It is a little complex, if a unit is added in the result, it is completed by itself.


----------



## fluca1978 (May 22, 2013)

jronald said:
			
		

> It is a little complex, if a unit is added in the result, it is completed by itself.



That's why there is a -h option to several commands that use BLOCKSIZE. The idea of having commands outputting numbers is useful when you have to elaborate such results in scripts and do not have to deal with alpha-numerical strings.


----------



## Uniballer (May 22, 2013)

I like it, too.  But wouldn't it be nice if sort had a -h switch to accept that output format for sorting input?

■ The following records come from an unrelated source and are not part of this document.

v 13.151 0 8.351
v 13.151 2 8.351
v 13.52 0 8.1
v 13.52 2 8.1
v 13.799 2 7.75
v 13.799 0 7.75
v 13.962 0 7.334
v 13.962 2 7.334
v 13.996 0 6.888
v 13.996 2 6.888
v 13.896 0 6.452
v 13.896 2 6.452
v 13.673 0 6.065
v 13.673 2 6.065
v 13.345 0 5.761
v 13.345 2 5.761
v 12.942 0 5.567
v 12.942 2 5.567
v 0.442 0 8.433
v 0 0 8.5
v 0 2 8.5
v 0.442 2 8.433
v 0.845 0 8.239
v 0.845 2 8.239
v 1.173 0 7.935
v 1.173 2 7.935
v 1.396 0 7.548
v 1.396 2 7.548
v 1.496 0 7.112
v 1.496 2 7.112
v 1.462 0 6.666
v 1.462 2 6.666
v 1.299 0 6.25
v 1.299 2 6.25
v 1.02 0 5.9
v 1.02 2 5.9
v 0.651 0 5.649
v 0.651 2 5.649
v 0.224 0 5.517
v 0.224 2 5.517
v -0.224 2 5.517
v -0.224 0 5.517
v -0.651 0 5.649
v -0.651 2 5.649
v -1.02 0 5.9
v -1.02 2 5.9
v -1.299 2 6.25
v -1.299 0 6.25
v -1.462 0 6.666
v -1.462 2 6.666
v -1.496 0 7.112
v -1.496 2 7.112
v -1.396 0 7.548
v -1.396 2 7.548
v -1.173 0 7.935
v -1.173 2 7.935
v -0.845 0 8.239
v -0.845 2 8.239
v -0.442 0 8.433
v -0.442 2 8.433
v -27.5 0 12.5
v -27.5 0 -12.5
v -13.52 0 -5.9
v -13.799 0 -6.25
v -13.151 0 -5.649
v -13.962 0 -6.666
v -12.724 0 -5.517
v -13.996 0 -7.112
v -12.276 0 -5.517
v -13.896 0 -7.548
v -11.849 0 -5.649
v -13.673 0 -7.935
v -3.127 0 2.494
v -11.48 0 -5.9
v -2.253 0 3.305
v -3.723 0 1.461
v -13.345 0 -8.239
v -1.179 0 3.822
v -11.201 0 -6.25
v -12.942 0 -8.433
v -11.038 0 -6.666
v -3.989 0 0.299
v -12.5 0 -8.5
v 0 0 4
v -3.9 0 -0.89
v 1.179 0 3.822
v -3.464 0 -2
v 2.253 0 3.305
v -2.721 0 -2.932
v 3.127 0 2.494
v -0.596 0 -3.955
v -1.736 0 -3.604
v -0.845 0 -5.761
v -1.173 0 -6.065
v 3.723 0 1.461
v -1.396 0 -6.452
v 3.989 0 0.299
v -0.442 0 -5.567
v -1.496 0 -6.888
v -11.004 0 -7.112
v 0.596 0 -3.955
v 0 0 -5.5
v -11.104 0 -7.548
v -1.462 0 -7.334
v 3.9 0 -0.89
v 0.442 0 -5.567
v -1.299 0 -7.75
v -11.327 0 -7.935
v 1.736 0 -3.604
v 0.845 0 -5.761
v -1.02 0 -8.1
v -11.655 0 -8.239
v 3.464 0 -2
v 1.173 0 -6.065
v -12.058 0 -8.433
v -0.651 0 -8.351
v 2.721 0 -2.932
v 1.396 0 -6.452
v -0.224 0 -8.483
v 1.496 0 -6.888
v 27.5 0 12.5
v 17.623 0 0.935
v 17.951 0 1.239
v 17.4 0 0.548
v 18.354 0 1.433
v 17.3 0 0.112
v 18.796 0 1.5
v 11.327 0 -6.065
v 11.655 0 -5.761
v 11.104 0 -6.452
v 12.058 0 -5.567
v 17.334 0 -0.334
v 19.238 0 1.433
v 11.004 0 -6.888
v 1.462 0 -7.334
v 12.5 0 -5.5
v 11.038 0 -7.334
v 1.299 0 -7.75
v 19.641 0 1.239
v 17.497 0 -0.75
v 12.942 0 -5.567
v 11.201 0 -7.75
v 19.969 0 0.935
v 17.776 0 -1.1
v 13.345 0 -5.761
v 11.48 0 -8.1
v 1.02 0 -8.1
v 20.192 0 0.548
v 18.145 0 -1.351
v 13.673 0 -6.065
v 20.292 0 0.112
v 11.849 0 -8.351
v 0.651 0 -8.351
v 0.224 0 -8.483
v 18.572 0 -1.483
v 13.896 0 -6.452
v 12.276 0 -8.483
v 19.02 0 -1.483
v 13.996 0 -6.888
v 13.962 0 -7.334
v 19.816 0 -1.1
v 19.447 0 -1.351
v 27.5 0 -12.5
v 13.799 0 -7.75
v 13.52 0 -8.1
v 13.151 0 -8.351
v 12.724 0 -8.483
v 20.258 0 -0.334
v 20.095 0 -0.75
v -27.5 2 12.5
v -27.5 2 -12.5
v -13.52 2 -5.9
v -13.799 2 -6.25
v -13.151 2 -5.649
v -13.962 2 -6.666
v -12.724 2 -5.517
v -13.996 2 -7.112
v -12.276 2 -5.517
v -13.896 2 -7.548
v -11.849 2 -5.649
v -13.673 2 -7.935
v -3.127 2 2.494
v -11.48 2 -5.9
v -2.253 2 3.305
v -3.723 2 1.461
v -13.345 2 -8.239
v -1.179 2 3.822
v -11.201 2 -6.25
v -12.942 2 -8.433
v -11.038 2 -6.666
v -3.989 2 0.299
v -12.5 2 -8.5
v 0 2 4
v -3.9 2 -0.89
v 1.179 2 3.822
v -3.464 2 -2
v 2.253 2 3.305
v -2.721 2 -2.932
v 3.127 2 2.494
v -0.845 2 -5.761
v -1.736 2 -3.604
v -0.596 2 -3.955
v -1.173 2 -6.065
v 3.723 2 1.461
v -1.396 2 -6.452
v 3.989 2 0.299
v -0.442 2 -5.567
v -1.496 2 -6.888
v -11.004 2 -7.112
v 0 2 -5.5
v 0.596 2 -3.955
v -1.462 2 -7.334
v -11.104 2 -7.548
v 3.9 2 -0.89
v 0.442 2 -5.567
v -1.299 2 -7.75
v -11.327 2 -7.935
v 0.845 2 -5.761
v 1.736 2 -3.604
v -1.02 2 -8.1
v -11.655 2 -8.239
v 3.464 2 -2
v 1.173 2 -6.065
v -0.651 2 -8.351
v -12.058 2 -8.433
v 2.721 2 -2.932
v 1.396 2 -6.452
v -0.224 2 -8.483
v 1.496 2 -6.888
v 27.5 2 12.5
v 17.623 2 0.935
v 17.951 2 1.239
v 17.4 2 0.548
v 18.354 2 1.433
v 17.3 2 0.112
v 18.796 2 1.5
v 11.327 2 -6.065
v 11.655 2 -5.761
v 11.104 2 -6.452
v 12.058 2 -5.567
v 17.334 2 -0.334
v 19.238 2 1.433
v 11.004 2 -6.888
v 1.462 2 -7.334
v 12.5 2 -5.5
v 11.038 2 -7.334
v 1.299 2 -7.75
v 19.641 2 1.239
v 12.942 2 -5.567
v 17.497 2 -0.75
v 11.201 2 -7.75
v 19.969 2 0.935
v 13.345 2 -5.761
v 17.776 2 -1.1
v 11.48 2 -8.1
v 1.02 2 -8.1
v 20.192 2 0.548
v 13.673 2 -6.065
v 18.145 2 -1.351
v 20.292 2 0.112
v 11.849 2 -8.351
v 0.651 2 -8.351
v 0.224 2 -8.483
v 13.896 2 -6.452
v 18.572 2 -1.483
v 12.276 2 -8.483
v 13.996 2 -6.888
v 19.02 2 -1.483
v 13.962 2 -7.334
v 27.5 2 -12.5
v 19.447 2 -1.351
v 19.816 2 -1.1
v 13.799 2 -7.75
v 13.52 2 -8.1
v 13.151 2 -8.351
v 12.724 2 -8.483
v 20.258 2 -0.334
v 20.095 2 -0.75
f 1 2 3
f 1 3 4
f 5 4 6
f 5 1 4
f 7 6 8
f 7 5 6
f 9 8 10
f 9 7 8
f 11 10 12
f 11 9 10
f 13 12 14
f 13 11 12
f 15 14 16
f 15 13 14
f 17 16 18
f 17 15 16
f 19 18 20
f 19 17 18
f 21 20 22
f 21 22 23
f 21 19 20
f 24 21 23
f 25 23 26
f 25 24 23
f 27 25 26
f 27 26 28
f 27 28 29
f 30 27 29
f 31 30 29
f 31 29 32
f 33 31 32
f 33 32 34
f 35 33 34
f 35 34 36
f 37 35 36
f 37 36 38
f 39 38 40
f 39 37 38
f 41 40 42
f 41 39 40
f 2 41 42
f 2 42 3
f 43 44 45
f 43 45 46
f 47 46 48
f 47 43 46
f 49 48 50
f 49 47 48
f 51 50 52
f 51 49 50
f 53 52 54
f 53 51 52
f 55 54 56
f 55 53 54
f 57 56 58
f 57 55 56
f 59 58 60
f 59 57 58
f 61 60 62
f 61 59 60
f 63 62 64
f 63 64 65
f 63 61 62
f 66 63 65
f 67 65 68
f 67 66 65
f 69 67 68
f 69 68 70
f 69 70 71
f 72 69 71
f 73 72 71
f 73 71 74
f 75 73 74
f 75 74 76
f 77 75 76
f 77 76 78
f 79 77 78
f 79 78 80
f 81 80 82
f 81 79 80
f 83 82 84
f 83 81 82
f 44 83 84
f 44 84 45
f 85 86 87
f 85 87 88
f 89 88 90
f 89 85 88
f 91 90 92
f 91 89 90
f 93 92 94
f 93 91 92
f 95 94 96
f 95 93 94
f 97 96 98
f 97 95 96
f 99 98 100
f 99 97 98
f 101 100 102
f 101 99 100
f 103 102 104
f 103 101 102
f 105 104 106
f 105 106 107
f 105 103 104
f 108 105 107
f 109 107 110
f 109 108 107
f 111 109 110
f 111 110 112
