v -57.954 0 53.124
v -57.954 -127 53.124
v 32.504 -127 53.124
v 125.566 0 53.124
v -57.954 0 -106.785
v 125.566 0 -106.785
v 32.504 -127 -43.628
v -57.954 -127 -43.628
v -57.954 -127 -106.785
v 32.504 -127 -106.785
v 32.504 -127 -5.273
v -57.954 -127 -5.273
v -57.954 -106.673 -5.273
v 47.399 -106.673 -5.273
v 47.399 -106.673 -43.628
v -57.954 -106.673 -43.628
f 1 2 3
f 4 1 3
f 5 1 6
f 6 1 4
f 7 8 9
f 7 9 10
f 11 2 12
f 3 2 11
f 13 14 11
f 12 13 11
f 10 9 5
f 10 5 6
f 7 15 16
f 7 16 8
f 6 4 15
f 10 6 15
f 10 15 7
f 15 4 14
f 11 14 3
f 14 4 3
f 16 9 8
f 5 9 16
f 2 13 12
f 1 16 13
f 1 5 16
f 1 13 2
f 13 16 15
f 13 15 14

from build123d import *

# Parameters (mm, degrees)
F0_W     = 183.51976946
F0_H     = 159.9090248346
F1_DEPTH = 127
F3_DEPTH = 159.9100248346
F5_DEPTH = 159.9100248346
F6_W     = 20.3265432715
F6_H     = 38.354692515
F7_DEPTH = 183.52076946


with BuildPart() as f1:
    # F0 (on Front) → F1 (new body)
    with BuildSketch(Plane.XZ):
        with Locations((33.8062848896, -26.8303751945)):
            Rectangle(F0_W, F0_H)
    extrude(amount=F1_DEPTH)

    # F2 (on face) → F3 (cut, through all)
    with BuildSketch(Plane(origin=(0, 0, -106.7848876119), x_dir=(1, 0, 0), z_dir=(0, 0, -1))):
        Polygon((61.1603185534, 201.0327279568), (125.5661696196, 0), (249.7815191746, 14.9288764223), (305.6204319, 25.561010465), align=None)
    extrude(amount=-F3_DEPTH, mode=Mode.SUBTRACT)

    # F4 (on face) → F5 (cut, through all)
    with BuildSketch(Plane.XY.offset(53.1241372228)):
        Polygon((127.3305118084, 0), (125.5661696196, 0), (32.5038395822, -127), (137.3508572578, -127), (149.5707929134, 0), align=None)
    extrude(amount=-F5_DEPTH, mode=Mode.SUBTRACT)

    # F6 (on face) → F7 (cut, through all)
    with BuildSketch(Plane(origin=(-57.9535998404, 0, 0), x_dir=(0, -1, 0), z_dir=(-1, 0, 0))):
        with Locations((116.8367283642, -24.4502548594)):
            Rectangle(F6_W, F6_H)
    extrude(amount=-F7_DEPTH, mode=Mode.SUBTRACT)


solid = f1.part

E.g. `du -hcs * | sort -h`

I know, if I wasn't being lazy I would just do it myself.


----------



## fluca1978 (May 23, 2013)

Uniballer said:
			
		

> I like it, too.  But wouldn't it be nice if sort had a -h switch to accept that output format for sorting input? E.g. `du -hcs * | sort -h`



I'm not sure that adding extra switches to other commands is the right solution. I mean, the -h flag is used when the next element in the _pipe_ is the human, not another program.
So I see more the usage of a small awk(1) script or the usage of units(1) or stuff like that to solve the problem you mention.


----------



## jronald (May 25, 2013)

fluca1978 said:
			
		

> That's why there is a -h option to several commands that use BLOCKSIZE. The idea of having commands outputting numbers is useful when you have to elaborate such results in scripts and do not have to deal with alpha-numerical strings.



If it is going to support script, additional options could be there.
By default it should be self-explained.


----------